Saved entries:

-- Opening Marker --

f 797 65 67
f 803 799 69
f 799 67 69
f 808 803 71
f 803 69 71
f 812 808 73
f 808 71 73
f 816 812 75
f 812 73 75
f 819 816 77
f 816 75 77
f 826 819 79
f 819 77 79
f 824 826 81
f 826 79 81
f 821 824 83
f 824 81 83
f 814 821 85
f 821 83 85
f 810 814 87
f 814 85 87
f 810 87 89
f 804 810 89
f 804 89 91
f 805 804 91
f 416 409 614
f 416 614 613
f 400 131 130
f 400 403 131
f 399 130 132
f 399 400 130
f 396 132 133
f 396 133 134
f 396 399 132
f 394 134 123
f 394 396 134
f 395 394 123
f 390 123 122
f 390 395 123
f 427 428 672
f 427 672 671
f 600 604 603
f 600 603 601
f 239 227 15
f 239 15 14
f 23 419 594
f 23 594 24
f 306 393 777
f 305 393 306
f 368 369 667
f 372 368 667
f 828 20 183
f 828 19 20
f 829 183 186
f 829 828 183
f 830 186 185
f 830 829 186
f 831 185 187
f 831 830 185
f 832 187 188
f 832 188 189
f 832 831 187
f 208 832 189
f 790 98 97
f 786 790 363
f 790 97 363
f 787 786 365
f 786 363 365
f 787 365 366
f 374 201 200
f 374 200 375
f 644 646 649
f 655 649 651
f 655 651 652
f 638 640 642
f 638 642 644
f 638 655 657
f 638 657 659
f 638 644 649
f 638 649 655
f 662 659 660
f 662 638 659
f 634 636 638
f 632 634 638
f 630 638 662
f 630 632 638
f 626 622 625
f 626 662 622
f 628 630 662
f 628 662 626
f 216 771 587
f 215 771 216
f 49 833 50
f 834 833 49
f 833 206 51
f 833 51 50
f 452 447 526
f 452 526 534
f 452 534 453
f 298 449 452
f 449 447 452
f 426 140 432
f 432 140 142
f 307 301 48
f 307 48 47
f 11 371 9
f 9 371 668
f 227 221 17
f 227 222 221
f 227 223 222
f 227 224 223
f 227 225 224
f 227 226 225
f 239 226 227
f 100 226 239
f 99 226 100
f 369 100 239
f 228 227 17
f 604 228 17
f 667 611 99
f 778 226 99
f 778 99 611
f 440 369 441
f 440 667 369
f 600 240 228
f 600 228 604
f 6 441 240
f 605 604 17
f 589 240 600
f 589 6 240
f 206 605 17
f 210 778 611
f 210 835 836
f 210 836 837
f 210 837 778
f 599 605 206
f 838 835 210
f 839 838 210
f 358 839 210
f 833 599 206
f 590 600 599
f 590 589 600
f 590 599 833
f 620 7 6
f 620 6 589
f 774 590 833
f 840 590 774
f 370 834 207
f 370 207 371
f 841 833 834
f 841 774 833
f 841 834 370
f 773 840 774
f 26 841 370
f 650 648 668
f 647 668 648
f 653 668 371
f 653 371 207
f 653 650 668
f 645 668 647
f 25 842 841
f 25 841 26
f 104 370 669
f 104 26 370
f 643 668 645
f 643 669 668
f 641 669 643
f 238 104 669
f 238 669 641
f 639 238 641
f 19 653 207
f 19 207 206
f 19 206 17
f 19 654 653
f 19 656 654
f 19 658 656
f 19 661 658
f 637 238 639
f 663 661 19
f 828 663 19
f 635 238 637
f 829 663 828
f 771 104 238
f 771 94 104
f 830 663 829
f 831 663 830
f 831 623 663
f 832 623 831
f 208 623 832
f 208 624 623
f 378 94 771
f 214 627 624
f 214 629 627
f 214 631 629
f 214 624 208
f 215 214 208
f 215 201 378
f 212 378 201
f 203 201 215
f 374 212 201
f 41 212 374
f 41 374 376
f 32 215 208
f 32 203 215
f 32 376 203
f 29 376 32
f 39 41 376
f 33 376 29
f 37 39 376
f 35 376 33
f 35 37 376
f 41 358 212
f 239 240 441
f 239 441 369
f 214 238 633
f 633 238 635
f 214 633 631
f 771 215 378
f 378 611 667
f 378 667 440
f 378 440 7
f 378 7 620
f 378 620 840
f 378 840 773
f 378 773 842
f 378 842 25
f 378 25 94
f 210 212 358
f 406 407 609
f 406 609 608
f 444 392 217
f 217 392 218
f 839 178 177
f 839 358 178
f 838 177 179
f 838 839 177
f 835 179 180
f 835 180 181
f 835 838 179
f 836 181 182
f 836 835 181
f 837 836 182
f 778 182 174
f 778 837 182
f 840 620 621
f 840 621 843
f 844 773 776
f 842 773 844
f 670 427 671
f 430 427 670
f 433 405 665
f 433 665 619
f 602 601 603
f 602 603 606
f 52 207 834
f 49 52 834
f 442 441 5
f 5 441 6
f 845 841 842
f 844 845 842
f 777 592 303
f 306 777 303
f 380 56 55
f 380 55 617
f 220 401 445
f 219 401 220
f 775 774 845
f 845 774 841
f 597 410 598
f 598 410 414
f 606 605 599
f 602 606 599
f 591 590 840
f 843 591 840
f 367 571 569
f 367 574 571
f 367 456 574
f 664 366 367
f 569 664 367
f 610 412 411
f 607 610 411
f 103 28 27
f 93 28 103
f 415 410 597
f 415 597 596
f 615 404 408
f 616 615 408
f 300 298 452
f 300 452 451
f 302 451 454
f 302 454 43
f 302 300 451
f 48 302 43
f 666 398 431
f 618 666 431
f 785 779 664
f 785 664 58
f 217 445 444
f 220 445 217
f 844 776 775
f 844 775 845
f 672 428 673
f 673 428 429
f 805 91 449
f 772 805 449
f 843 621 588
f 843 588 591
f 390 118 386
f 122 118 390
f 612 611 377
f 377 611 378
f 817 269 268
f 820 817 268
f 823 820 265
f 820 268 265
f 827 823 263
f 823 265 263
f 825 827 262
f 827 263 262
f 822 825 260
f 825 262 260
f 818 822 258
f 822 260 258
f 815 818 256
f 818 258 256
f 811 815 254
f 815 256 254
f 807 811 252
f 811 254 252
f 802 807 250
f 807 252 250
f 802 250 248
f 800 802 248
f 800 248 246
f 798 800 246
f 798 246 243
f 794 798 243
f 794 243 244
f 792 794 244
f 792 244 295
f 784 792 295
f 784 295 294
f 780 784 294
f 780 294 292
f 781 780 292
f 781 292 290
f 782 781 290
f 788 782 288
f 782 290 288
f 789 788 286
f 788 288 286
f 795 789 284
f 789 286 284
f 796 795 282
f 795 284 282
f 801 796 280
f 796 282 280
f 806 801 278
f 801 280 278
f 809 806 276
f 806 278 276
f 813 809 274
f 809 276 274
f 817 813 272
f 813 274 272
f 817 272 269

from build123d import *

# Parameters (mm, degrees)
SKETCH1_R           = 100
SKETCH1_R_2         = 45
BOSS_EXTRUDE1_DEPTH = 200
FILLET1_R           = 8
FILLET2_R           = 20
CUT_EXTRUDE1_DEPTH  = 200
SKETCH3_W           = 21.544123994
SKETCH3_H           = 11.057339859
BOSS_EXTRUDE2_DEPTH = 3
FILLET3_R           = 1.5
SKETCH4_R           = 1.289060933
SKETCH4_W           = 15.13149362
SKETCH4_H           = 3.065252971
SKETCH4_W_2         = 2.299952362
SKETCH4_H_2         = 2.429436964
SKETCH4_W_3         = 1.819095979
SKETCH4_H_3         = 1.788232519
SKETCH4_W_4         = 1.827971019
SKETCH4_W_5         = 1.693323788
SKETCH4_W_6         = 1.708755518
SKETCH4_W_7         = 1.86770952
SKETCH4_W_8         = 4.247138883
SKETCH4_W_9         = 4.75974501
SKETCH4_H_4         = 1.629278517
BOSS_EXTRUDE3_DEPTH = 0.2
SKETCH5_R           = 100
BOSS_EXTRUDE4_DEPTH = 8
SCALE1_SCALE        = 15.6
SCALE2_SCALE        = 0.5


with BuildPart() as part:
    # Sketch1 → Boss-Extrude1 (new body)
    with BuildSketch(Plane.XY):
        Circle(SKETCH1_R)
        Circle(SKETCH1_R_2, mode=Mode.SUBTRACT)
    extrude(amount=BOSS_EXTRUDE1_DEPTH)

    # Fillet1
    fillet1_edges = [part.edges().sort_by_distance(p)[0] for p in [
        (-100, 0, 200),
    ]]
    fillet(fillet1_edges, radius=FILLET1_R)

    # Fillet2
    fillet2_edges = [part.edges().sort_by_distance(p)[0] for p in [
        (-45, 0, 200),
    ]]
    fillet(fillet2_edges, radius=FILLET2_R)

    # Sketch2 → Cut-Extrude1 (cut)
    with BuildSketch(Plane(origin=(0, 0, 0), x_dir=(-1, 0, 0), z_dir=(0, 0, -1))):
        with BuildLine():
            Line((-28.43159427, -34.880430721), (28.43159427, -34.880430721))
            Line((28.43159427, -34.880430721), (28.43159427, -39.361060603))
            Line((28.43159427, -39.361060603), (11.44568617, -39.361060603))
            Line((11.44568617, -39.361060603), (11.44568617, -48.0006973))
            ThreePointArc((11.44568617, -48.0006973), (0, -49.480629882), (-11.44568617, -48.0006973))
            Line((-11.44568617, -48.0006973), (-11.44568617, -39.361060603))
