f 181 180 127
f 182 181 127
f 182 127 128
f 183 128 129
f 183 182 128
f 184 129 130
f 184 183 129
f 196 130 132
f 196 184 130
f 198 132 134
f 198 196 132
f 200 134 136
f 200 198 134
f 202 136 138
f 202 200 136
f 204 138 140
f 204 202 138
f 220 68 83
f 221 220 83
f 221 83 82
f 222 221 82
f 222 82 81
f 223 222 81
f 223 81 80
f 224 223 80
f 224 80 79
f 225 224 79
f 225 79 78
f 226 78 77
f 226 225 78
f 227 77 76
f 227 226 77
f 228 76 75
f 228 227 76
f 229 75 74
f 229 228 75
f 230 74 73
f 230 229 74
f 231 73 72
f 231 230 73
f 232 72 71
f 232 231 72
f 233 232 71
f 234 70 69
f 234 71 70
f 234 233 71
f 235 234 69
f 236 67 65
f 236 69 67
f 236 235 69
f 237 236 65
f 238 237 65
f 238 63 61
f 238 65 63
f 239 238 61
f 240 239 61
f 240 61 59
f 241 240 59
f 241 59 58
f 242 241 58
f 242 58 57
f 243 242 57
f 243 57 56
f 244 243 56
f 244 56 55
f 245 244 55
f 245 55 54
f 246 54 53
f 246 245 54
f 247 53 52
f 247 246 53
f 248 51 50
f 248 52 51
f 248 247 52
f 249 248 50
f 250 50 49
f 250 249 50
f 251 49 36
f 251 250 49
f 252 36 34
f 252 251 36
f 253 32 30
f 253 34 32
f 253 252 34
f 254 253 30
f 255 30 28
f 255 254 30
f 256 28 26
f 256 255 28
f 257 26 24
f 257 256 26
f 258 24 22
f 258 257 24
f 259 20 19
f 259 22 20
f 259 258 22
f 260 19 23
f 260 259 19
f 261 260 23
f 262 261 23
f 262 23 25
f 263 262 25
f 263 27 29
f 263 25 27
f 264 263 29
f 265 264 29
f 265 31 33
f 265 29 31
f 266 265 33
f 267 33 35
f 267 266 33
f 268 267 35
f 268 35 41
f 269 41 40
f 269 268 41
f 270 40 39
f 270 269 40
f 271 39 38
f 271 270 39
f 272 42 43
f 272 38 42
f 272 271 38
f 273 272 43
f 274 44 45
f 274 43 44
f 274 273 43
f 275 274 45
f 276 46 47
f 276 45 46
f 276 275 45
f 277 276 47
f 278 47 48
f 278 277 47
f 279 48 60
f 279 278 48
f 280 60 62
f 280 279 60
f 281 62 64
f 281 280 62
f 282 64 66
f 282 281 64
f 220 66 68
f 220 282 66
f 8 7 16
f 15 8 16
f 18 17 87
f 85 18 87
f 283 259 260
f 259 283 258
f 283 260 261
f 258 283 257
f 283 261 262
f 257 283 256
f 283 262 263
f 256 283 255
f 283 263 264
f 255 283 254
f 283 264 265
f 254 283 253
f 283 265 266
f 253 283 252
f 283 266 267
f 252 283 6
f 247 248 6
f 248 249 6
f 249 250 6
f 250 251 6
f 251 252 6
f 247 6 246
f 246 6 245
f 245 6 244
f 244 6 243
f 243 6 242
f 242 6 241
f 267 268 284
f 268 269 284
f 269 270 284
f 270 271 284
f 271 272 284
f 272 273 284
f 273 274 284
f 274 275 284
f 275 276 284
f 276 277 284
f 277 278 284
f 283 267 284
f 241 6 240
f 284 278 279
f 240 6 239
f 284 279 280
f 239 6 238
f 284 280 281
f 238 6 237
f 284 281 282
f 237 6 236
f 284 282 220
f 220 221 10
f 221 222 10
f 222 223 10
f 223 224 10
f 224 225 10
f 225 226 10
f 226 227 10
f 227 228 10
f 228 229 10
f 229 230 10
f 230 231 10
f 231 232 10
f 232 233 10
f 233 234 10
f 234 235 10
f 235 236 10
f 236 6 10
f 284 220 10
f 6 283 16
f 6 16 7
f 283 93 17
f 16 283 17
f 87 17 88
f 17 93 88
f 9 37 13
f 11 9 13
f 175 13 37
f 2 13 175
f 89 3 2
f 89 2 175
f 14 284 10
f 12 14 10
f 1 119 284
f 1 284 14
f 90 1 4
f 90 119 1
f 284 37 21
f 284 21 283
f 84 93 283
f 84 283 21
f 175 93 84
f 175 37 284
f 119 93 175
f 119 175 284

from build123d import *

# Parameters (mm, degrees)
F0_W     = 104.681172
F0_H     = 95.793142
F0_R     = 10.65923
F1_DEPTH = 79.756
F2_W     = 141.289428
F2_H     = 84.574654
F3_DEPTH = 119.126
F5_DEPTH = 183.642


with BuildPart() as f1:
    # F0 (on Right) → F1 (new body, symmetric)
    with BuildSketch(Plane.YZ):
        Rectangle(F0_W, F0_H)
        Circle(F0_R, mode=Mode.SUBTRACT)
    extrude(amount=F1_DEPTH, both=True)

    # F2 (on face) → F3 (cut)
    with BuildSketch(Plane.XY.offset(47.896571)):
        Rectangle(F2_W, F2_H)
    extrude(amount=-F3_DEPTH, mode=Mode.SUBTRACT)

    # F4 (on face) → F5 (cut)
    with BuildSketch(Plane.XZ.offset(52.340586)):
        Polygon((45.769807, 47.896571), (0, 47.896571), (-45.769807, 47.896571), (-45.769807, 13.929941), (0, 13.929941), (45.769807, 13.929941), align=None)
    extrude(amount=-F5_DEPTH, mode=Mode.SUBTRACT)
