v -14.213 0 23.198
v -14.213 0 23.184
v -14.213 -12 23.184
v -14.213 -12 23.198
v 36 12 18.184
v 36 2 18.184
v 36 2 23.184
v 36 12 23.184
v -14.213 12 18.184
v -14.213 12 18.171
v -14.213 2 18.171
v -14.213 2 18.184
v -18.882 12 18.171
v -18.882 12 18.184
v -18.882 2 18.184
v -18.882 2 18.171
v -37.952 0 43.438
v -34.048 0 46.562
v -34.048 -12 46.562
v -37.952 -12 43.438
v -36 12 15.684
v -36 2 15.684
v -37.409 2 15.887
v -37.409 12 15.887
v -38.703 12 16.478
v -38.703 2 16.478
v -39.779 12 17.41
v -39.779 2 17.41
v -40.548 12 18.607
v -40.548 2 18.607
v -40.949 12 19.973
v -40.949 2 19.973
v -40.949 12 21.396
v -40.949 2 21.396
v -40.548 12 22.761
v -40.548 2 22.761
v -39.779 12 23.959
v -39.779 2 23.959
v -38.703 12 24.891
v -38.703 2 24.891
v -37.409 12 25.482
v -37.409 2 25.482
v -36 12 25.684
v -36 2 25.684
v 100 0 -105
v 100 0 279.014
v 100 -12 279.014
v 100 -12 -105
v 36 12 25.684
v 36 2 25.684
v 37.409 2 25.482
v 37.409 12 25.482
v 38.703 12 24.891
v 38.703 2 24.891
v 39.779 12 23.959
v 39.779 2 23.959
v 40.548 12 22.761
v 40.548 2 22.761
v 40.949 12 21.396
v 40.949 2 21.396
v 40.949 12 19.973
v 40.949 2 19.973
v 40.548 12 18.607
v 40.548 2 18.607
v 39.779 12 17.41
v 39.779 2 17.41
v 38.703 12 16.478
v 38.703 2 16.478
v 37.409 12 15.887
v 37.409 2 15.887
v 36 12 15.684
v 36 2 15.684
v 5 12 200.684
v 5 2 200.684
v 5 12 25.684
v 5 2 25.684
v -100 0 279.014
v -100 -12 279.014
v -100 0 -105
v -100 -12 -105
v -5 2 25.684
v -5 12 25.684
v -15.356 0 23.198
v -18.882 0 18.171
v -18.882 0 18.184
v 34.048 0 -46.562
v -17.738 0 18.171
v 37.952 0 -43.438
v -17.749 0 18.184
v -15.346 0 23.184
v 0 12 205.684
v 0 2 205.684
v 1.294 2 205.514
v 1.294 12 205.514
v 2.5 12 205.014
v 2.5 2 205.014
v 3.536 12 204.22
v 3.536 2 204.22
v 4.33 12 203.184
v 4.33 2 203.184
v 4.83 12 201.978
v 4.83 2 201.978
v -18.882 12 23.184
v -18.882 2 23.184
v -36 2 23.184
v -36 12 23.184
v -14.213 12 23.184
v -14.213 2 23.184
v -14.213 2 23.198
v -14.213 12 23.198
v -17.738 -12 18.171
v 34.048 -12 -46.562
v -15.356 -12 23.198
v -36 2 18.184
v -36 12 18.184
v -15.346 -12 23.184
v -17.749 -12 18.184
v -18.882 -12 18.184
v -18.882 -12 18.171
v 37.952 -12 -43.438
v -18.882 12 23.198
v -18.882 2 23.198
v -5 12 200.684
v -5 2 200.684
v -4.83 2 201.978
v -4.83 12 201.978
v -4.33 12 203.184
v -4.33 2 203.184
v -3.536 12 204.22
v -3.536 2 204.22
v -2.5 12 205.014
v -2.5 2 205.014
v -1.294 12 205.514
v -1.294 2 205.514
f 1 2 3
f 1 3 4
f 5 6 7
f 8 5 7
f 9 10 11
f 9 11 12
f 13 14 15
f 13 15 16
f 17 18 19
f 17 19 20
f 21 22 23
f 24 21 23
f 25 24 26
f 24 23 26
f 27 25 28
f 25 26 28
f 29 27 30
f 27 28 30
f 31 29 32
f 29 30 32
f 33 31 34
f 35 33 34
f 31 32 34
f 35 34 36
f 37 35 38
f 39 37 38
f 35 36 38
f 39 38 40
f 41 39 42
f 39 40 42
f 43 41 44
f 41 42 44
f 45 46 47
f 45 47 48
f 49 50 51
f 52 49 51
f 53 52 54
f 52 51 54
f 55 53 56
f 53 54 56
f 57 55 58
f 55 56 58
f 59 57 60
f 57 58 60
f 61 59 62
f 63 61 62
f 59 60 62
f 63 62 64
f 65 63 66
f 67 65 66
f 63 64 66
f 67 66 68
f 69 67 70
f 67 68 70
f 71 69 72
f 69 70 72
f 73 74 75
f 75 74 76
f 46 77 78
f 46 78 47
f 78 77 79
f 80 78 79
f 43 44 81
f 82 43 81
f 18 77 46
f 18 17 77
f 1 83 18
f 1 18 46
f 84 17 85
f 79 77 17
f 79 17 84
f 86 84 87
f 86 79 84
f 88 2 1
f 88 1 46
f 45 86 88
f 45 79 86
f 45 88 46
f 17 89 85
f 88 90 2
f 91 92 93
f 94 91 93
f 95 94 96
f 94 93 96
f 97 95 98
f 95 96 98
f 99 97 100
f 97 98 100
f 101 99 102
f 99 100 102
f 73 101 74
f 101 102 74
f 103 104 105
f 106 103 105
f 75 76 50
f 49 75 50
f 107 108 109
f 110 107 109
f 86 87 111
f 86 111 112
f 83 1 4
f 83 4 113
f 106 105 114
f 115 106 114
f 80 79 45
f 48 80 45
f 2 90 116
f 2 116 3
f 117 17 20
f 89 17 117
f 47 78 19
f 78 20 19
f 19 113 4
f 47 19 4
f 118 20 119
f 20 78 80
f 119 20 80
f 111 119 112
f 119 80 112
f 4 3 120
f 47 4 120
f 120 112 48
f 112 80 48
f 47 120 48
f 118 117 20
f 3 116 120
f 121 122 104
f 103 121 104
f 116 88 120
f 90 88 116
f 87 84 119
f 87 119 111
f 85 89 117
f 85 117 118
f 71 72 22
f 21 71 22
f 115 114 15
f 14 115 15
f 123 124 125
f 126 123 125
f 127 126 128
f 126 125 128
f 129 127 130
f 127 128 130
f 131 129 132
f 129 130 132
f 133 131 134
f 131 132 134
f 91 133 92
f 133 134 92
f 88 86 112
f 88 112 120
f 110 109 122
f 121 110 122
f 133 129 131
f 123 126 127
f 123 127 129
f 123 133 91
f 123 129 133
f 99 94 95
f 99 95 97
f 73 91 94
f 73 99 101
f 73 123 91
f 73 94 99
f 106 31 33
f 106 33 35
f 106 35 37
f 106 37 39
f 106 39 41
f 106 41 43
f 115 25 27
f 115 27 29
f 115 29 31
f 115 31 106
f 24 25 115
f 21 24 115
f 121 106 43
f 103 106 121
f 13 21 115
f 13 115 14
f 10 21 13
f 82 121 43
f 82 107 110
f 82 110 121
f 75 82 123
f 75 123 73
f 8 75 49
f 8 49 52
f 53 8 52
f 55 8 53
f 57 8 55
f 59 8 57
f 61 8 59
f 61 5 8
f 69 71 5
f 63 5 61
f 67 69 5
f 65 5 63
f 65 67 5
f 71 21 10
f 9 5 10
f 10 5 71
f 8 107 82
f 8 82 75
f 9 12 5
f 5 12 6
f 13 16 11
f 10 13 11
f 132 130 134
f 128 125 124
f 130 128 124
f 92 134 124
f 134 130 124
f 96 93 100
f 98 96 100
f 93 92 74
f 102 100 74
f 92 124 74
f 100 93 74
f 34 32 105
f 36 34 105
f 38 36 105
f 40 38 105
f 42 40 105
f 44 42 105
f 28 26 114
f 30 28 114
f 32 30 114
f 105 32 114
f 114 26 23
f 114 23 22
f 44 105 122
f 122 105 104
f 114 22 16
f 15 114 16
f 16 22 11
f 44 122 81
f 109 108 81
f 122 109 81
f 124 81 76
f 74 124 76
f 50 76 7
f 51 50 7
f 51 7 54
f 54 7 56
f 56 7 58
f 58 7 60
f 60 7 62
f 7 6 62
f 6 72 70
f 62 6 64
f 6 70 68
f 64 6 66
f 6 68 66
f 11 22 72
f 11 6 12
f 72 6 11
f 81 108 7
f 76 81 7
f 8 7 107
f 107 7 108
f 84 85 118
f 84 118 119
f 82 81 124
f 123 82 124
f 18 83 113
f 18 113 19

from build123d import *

# Parameters (mm, degrees)
SKETCH1_W           = 200
SKETCH1_H           = 384.014252746
BOSS_EXTRUDE2_DEPTH = 12
BOSS_EXTRUDE4_START = 2
BOSS_EXTRUDE4_DEPTH = 10


with BuildPart() as part:
    # Sketch1 → Boss-Extrude2 (new body)
    with BuildSketch(Plane(origin=(0, 0, 0), x_dir=(1, 0, 0), z_dir=(0, 1, 0))):
        with Locations((0, -87.007126373)):
            Rectangle(SKETCH1_W, SKETCH1_H)
        Polygon((-34.047827976, -46.561737619), (-37.952172024, -43.438262381), (-17.749031902, -18.184337229), (-18.882263977, -18.184337229), (-18.882263977, -18.171171442), (-17.738499272, -18.171171442), (34.047827976, 46.561737619), (37.952172024, 43.438262381), (-15.345907664, -23.184337229), (-14.212675588, -23.184337229), (-14.212675588, -23.197503015), (-15.356440294, -23.197503015), align=None, mode=Mode.SUBTRACT)
    extrude(amount=-BOSS_EXTRUDE2_DEPTH)


with BuildPart() as body_2:
    # Sketch1<5> → Boss-Extrude4 (new body)
    with BuildSketch(Plane(origin=(0, 0, 0), x_dir=(1, 0, 0), z_dir=(0, 1, 0)).offset(BOSS_EXTRUDE4_START)):
        with BuildLine():
            ThreePointArc((-5, -200.684337229), (0, -205.684337229), (5, -200.684337229))
            Line((5, -200.684337229), (5, -25.684337229))
            Line((5, -25.684337229), (36, -25.684337229))
            ThreePointArc((36, -25.684337229), (41, -20.684337229), (36, -15.684337229))
            Line((36, -15.684337229), (-36, -15.684337229))
            ThreePointArc((-36, -15.684337229), (-41, -20.684337229), (-36, -25.684337229))
            Line((-36, -25.684337229), (-5, -25.684337229))
            Line((-5, -25.684337229), (-5, -200.684337229))
        make_face()
        Polygon((-14.212675588, -23.184337229), (-14.212675588, -23.197503015), (-18.882263977, -23.197503015), (-18.882263977, -23.184337229), (-36, -23.184337229), (-36, -18.184337229), (-18.882263977, -18.184337229), (-18.882263977, -18.171171442), (-14.212675588, -18.171171442), (-14.212675588, -18.184337229), (36, -18.184337229), (36, -23.184337229), align=None, mode=Mode.SUBTRACT)
    extrude(amount=BOSS_EXTRUDE4_DEPTH)


solid = Compound([part.part, body_2.part])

-- Closing Marker --

Please set down again, word for word, only the lines from the start of the entries through the line with "f 626 622 625", both ends included.

f 797 65 67
f 803 799 69
f 799 67 69
f 808 803 71
f 803 69 71
f 812 808 73
f 808 71 73
f 816 812 75
f 812 73 75
f 819 816 77
f 816 75 77
f 826 819 79
f 819 77 79
f 824 826 81
f 826 79 81
f 821 824 83
f 824 81 83
f 814 821 85
f 821 83 85
f 810 814 87
f 814 85 87
f 810 87 89
f 804 810 89
f 804 89 91
f 805 804 91
f 416 409 614
f 416 614 613
f 400 131 130
f 400 403 131
f 399 130 132
f 399 400 130
f 396 132 133
f 396 133 134
f 396 399 132
f 394 134 123
f 394 396 134
f 395 394 123
f 390 123 122
f 390 395 123
f 427 428 672
f 427 672 671
f 600 604 603
f 600 603 601
f 239 227 15
f 239 15 14
f 23 419 594
f 23 594 24
f 306 393 777
f 305 393 306
f 368 369 667
f 372 368 667
f 828 20 183
f 828 19 20
f 829 183 186
f 829 828 183
f 830 186 185
f 830 829 186
f 831 185 187
f 831 830 185
f 832 187 188
f 832 188 189
f 832 831 187
f 208 832 189
f 790 98 97
f 786 790 363
f 790 97 363
f 787 786 365
f 786 363 365
f 787 365 366
f 374 201 200
f 374 200 375
f 644 646 649
f 655 649 651
f 655 651 652
f 638 640 642
f 638 642 644
f 638 655 657
f 638 657 659
f 638 644 649
f 638 649 655
f 662 659 660
f 662 638 659
f 634 636 638
f 632 634 638
f 630 638 662
f 630 632 638
f 626 622 625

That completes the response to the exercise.